MANAGUA, Nicaragua – Arriving by air in Managua, the capital city of Nicaragua, with the plane coming down over a green lagoon in the crater of the volcano of Apoyeque, one can’t shake the feeling that the country is trapped between what it is and what it should have been.
Through the years, Managua has struggled against itself: Eighty percent of the city’s buildings turned to dust in a great earthquake of 1972, and in many cases, what was built to replace them does not look sturdy enough to sustain much more than a strong wind, despite warnings from experts that take for granted another such tragedy will occur sooner or later.
There are no skyscrapers, no great buildings made entirely of glass nor lavish resorts along the shores of Lake Managua, one of the few in the world with freshwater sharks. Pollution – due to the dumping of chemicals and waste water since the 1930s – has made the lake a dangerous place for a swim, and only recently, thanks to a purification plant paid for by the German government in 2009, was the lake reopened for water sports.
During the rainy season from May to November, Managua becomes a lush city due to its many palms, bushes, and other plants and trees which dominate its appearance, mixed with enormous, colorful structures known as the “tree of life,” put up by Rosario Murillo, the wife of President Daniel Ortega, and currently also his Vice President.

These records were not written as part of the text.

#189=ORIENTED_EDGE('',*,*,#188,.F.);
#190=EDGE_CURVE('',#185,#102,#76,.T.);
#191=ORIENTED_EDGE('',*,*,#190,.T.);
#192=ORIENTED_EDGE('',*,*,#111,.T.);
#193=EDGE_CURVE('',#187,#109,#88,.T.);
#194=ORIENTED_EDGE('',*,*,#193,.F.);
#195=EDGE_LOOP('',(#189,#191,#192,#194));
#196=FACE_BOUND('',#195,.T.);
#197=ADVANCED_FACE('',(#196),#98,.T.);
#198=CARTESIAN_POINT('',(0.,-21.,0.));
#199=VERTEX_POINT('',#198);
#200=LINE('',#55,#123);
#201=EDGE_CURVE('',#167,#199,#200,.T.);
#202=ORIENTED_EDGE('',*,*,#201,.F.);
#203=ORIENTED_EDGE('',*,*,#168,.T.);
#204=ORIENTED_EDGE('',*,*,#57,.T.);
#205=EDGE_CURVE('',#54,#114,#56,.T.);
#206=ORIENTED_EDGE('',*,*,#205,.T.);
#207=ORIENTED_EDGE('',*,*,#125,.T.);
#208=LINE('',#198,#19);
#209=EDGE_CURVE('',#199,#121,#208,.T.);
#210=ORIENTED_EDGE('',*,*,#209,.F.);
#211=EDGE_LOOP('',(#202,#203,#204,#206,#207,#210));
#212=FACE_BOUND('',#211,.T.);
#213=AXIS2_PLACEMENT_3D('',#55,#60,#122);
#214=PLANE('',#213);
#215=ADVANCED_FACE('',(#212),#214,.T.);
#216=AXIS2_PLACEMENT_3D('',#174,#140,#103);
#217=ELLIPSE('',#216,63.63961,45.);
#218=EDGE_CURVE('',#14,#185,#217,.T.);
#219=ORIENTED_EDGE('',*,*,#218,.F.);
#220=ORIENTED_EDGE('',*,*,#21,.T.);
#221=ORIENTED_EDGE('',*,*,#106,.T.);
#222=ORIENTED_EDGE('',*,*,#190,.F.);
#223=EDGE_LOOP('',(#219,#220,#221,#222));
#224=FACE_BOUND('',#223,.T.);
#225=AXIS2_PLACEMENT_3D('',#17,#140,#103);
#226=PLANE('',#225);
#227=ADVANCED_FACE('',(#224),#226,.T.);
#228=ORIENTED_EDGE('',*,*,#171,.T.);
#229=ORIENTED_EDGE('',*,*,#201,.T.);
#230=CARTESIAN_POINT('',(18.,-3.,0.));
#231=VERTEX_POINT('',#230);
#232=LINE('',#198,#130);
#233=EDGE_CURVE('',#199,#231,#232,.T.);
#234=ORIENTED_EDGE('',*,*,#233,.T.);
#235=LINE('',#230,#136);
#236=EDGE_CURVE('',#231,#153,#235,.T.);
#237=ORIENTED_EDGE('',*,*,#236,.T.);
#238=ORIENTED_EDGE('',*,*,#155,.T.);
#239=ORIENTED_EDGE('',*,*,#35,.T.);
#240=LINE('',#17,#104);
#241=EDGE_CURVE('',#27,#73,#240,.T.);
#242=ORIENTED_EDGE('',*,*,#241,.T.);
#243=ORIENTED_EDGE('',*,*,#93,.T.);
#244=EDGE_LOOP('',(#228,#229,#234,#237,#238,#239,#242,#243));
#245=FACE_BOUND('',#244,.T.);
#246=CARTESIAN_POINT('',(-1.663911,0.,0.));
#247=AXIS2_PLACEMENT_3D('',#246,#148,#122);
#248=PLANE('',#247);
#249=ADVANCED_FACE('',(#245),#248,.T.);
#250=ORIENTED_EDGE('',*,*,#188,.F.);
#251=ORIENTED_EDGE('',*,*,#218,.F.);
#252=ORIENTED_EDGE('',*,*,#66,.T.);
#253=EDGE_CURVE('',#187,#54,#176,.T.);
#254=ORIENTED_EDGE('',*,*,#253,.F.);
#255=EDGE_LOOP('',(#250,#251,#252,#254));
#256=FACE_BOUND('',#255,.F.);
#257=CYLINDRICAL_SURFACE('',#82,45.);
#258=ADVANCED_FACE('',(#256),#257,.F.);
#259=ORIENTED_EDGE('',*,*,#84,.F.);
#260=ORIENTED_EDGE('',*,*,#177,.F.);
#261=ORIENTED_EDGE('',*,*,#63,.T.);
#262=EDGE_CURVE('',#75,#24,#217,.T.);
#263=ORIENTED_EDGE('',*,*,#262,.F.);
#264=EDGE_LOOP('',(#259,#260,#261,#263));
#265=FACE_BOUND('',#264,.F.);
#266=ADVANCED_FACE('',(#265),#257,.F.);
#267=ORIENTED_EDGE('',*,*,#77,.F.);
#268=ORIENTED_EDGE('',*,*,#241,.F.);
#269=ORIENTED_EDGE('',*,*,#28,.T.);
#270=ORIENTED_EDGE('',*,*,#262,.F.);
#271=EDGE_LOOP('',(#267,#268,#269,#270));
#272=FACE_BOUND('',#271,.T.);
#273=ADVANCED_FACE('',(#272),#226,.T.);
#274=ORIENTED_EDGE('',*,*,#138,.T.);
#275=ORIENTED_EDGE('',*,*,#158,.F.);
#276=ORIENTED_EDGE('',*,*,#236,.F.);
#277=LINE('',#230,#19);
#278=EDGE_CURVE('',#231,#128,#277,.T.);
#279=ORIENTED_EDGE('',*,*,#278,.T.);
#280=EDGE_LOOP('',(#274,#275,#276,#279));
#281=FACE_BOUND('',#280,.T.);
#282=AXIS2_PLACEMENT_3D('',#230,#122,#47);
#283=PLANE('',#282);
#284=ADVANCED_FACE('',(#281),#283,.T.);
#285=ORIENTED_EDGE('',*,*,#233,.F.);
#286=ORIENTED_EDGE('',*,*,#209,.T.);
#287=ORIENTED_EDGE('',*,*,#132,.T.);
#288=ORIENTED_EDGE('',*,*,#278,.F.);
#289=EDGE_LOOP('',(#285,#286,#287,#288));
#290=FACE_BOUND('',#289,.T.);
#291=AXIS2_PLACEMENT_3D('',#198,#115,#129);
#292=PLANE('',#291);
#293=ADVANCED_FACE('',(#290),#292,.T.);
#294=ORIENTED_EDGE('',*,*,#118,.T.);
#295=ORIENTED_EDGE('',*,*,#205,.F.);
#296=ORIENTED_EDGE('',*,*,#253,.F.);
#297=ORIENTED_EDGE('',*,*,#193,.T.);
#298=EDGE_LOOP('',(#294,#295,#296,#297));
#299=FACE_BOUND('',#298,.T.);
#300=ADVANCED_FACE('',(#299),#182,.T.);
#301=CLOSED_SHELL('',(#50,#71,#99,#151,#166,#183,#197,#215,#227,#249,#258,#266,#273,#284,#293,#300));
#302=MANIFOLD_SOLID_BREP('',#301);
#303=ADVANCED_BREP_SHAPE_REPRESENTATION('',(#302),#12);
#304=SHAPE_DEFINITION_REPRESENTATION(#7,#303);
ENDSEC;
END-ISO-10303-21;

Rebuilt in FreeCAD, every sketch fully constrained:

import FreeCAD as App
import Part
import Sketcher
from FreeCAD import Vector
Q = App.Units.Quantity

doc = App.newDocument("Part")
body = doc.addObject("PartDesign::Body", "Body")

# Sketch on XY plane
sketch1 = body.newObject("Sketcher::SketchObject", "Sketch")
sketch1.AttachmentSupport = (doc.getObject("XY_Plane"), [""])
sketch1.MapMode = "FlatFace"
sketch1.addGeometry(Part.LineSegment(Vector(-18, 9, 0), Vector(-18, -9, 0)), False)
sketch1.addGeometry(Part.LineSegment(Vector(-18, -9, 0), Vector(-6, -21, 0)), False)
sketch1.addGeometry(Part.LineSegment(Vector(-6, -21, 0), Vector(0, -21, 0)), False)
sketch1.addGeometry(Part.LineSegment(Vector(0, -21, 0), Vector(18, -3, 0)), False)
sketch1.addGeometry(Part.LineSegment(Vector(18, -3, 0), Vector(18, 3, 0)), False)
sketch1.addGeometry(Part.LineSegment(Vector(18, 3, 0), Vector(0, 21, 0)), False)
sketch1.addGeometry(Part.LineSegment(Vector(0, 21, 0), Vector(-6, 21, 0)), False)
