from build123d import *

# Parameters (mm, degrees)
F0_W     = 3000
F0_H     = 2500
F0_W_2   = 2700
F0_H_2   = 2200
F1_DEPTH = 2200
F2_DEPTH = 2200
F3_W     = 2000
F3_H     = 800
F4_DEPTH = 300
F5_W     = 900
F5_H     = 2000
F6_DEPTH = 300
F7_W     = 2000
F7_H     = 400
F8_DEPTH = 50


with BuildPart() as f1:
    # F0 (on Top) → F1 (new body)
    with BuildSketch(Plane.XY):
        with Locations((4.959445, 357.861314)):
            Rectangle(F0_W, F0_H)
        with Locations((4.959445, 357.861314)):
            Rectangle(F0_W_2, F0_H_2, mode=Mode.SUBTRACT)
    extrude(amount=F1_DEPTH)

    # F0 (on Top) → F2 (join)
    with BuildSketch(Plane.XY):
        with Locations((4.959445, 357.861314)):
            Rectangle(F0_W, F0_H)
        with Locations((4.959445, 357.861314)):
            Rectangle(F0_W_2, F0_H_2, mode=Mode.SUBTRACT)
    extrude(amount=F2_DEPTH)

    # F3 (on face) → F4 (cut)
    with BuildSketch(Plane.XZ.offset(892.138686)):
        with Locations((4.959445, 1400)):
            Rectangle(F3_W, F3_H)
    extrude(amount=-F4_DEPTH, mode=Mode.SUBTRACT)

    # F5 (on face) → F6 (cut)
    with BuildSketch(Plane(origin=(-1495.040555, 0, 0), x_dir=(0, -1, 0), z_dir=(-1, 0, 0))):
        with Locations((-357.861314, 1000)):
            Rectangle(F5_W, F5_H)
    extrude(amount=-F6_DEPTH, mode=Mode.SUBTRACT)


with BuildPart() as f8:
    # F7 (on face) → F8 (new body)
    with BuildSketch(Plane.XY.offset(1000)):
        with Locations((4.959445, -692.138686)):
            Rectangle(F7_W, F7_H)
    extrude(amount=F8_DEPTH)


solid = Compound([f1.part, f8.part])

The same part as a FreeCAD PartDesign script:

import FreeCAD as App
import Part
import Sketcher


def add_polygon(sketch, points):
    """Adds a closed chain of lines whose ends are joined by coincident constraints."""
    first, n = sketch.GeometryCount, len(points)
    for a, b in zip(points, points[1:] + points[:1]):
        sketch.addGeometry(Part.LineSegment(App.Vector(*a, 0), App.Vector(*b, 0)), False)
    for i in range(n):
        sketch.addConstraint(Sketcher.Constraint("Coincident", first + i, 2, first + (i + 1) % n, 1))

doc = App.newDocument("Part")
body = doc.addObject("PartDesign::Body", "Body")

# Sketch on XY plane
sketch1 = doc.addObject("Sketcher::SketchObject", "Sketch")
body.addObject(sketch1)
sketch1.AttachmentSupport = (doc.XY_Plane, [""])
sketch1.MapMode = "FlatFace"
add_polygon(sketch1, [(-1495, 1608), (-1495, -892), (1505, -892), (1505, 1608)])  # lines 0-3
add_polygon(sketch1, [(1355, -742), (-1345, -742), (-1345, 1458), (1355, 1458)])  # lines 4-7
sketch1.addConstraint([
    Sketcher.Constraint("Vertical", 0),
    Sketcher.Constraint("Horizontal", 1),
    Sketcher.Constraint("Vertical", 2),
    Sketcher.Constraint("Horizontal", 3),
    Sketcher.Constraint("Horizontal", 4),
    Sketcher.Constraint("Vertical", 5),
    Sketcher.Constraint("Horizontal", 6),
    Sketcher.Constraint("Vertical", 7),
    Sketcher.Constraint("DistanceX", 1, 1, 1, 2, 3000.0),
    Sketcher.Constraint("DistanceX", 4, 2, 4, 1, 2700.0),
    Sketcher.Constraint("DistanceY", 0, 2, 0, 1, 2500.0),
    Sketcher.Constraint("DistanceY", 5, 1, 5, 2, 2200.0),
    Sketcher.Constraint("DistanceX", 0, 2, 4, 2, 150.0),
    Sketcher.Constraint("DistanceY", 0, 2, 4, 2, 150.0),
    Sketcher.Constraint("DistanceX", 0, 2, -1, 1, 1495.040555),
    Sketcher.Constraint("DistanceY", 0, 2, -1, 1, 892.138686),
])
pad1 = doc.addObject("PartDesign::Pad", "Pad")
body.addObject(pad1)
pad1.Profile = sketch1
pad1.Length = 2200

# Sketch on XY plane
sketch2 = doc.addObject("Sketcher::SketchObject", "Sketch001")
body.addObject(sketch2)
sketch2.AttachmentSupport = (doc.XY_Plane, [""])
sketch2.MapMode = "FlatFace"
add_polygon(sketch2, [(-1495, 1608), (-1495, -892), (1505, -892), (1505, 1608)])  # lines 0-3
add_polygon(sketch2, [(1355, -742), (-1345, -742), (-1345, 1458), (1355, 1458)])  # lines 4-7
sketch2.addConstraint([
    Sketcher.Constraint("Vertical", 0),
    Sketcher.Constraint("Horizontal", 1),
    Sketcher.Constraint("Vertical", 2),
    Sketcher.Constraint("Horizontal", 3),
    Sketcher.Constraint("Horizontal", 4),
    Sketcher.Constraint("Vertical", 5),
    Sketcher.Constraint("Horizontal", 6),
    Sketcher.Constraint("Vertical", 7),
    Sketcher.Constraint("DistanceX", 1, 1, 1, 2, 3000.0),
    Sketcher.Constraint("DistanceX", 4, 2, 4, 1, 2700.0),
    Sketcher.Constraint("DistanceY", 0, 2, 0, 1, 2500.0),
    Sketcher.Constraint("DistanceY", 5, 1, 5, 2, 2200.0),
    Sketcher.Constraint("DistanceX", 0, 2, 4, 2, 150.0),
    Sketcher.Constraint("DistanceY", 0, 2, 4, 2, 150.0),
    Sketcher.Constraint("DistanceX", 0, 2, -1, 1, 1495.040555),
    Sketcher.Constraint("DistanceY", 0, 2, -1, 1, 892.138686),
])
pad2 = doc.addObject("PartDesign::Pad", "Pad001")
body.addObject(pad2)
pad2.Profile = sketch2
pad2.Length = 2200

# Sketch on XZ plane
sketch3 = doc.addObject("Sketcher::SketchObject", "Sketch002")
body.addObject(sketch3)
sketch3.AttachmentSupport = (doc.XZ_Plane, [""])
sketch3.MapMode = "FlatFace"
sketch3.AttachmentOffset = App.Placement(App.Vector(0, 0, 892.138686), App.Rotation())
add_polygon(sketch3, [(-995, 1800), (-995, 1000), (1005, 1000), (1005, 1800)])  # lines 0-3
sketch3.addConstraint([
    Sketcher.Constraint("Vertical", 0),
    Sketcher.Constraint("Horizontal", 1),
    Sketcher.Constraint("Vertical", 2),
    Sketcher.Constraint("Horizontal", 3),
    Sketcher.Constraint("DistanceX", 1, 1, 1, 2, 2000.0),
    Sketcher.Constraint("DistanceY", 0, 2, 0, 1, 800.0),
    Sketcher.Constraint("DistanceY", -1, 1, 0, 2, 1000.0),
    Sketcher.Constraint("DistanceX", 0, 2, -1, 1, 995.040555),
])
pocket1 = doc.addObject("PartDesign::Pocket", "Pocket")
body.addObject(pocket1)
pocket1.Profile = sketch3
pocket1.Length = 300

# Sketch on YZ plane
sketch4 = doc.addObject("Sketcher::SketchObject", "Sketch003")
body.addObject(sketch4)
sketch4.AttachmentSupport = (doc.YZ_Plane, [""])
sketch4.MapMode = "FlatFace"
sketch4.AttachmentOffset = App.Placement(App.Vector(0, 0, -1495.040555), App.Rotation())
add_polygon(sketch4, [(808, 2000), (808, 0), (-92, 0), (-92, 2000)])  # lines 0-3
sketch4.addConstraint([
    Sketcher.Constraint("Vertical", 0),
    Sketcher.Constraint("Horizontal", 1),
    Sketcher.Constraint("Vertical", 2),
    Sketcher.Constraint("Horizontal", 3),
    Sketcher.Constraint("PointOnObject", 0, 2, -1),
    Sketcher.Constraint("DistanceX", 1, 2, 1, 1, 900.0),
    Sketcher.Constraint("DistanceY", 0, 2, 0, 1, 2000.0),
    Sketcher.Constraint("DistanceX", -1, 1, 0, 2, 807.861314),
])
pocket2 = doc.addObject("PartDesign::Pocket", "Pocket001")
body.addObject(pocket2)
pocket2.Profile = sketch4
pocket2.Length = 300
pocket2.Reversed = True
body2 = doc.addObject("PartDesign::Body", "Body001")

# Sketch on XY plane
sketch5 = doc.addObject("Sketcher::SketchObject", "Sketch004")
body2.addObject(sketch5)
sketch5.AttachmentSupport = (doc.getObject("XY_Plane001"), [""])
sketch5.MapMode = "FlatFace"
sketch5.AttachmentOffset = App.Placement(App.Vector(0, 0, 1000), App.Rotation())
add_polygon(sketch5, [(-995, -492), (-995, -892), (1005, -892), (1005, -492)])  # lines 0-3
sketch5.addConstraint([
    Sketcher.Constraint("Vertical", 0),
    Sketcher.Constraint("Horizontal", 1),
    Sketcher.Constraint("Vertical", 2),
    Sketcher.Constraint("Horizontal", 3),
    Sketcher.Constraint("DistanceX", 1, 1, 1, 2, 2000.0),
    Sketcher.Constraint("DistanceY", 0, 2, 0, 1, 400.0),
    Sketcher.Constraint("DistanceX", 0, 2, -1, 1, 995.040555),
    Sketcher.Constraint("DistanceY", 0, 2, -1, 1, 892.138686),
])
pad3 = doc.addObject("PartDesign::Pad", "Pad002")
body2.addObject(pad3)
pad3.Profile = sketch5
pad3.Length = 50

doc.recompute()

Sotto voce, many locals are quick to clarify that it’s she who really leads the country and that she’s the one responsible for the quick downfall of the country’s economy, which was projected to grow five percent this year in this Central American nation with a population estimated at six million.
“She’s crazy,” a driver told Crux Nov. 16. “She’s hungry for power, and as cliché as it might sound, she has a stone for a heart.”
To make the point, he tells the story that in 1998, Murillo stood by her husband after her daughter – his step-daughter, Zoilemerica Murillo – denounced him for sexual abuse. Since then, the daughter has been exiled to Costa Rica, and in 2016 published a post on Facebook calling the current political alliance in Nicaragua part of the price the two paid for Murillo’s silence.
“If a mother is willing to betray her own daughter, what won’t she do against the people?” the driver asked, rhetorically.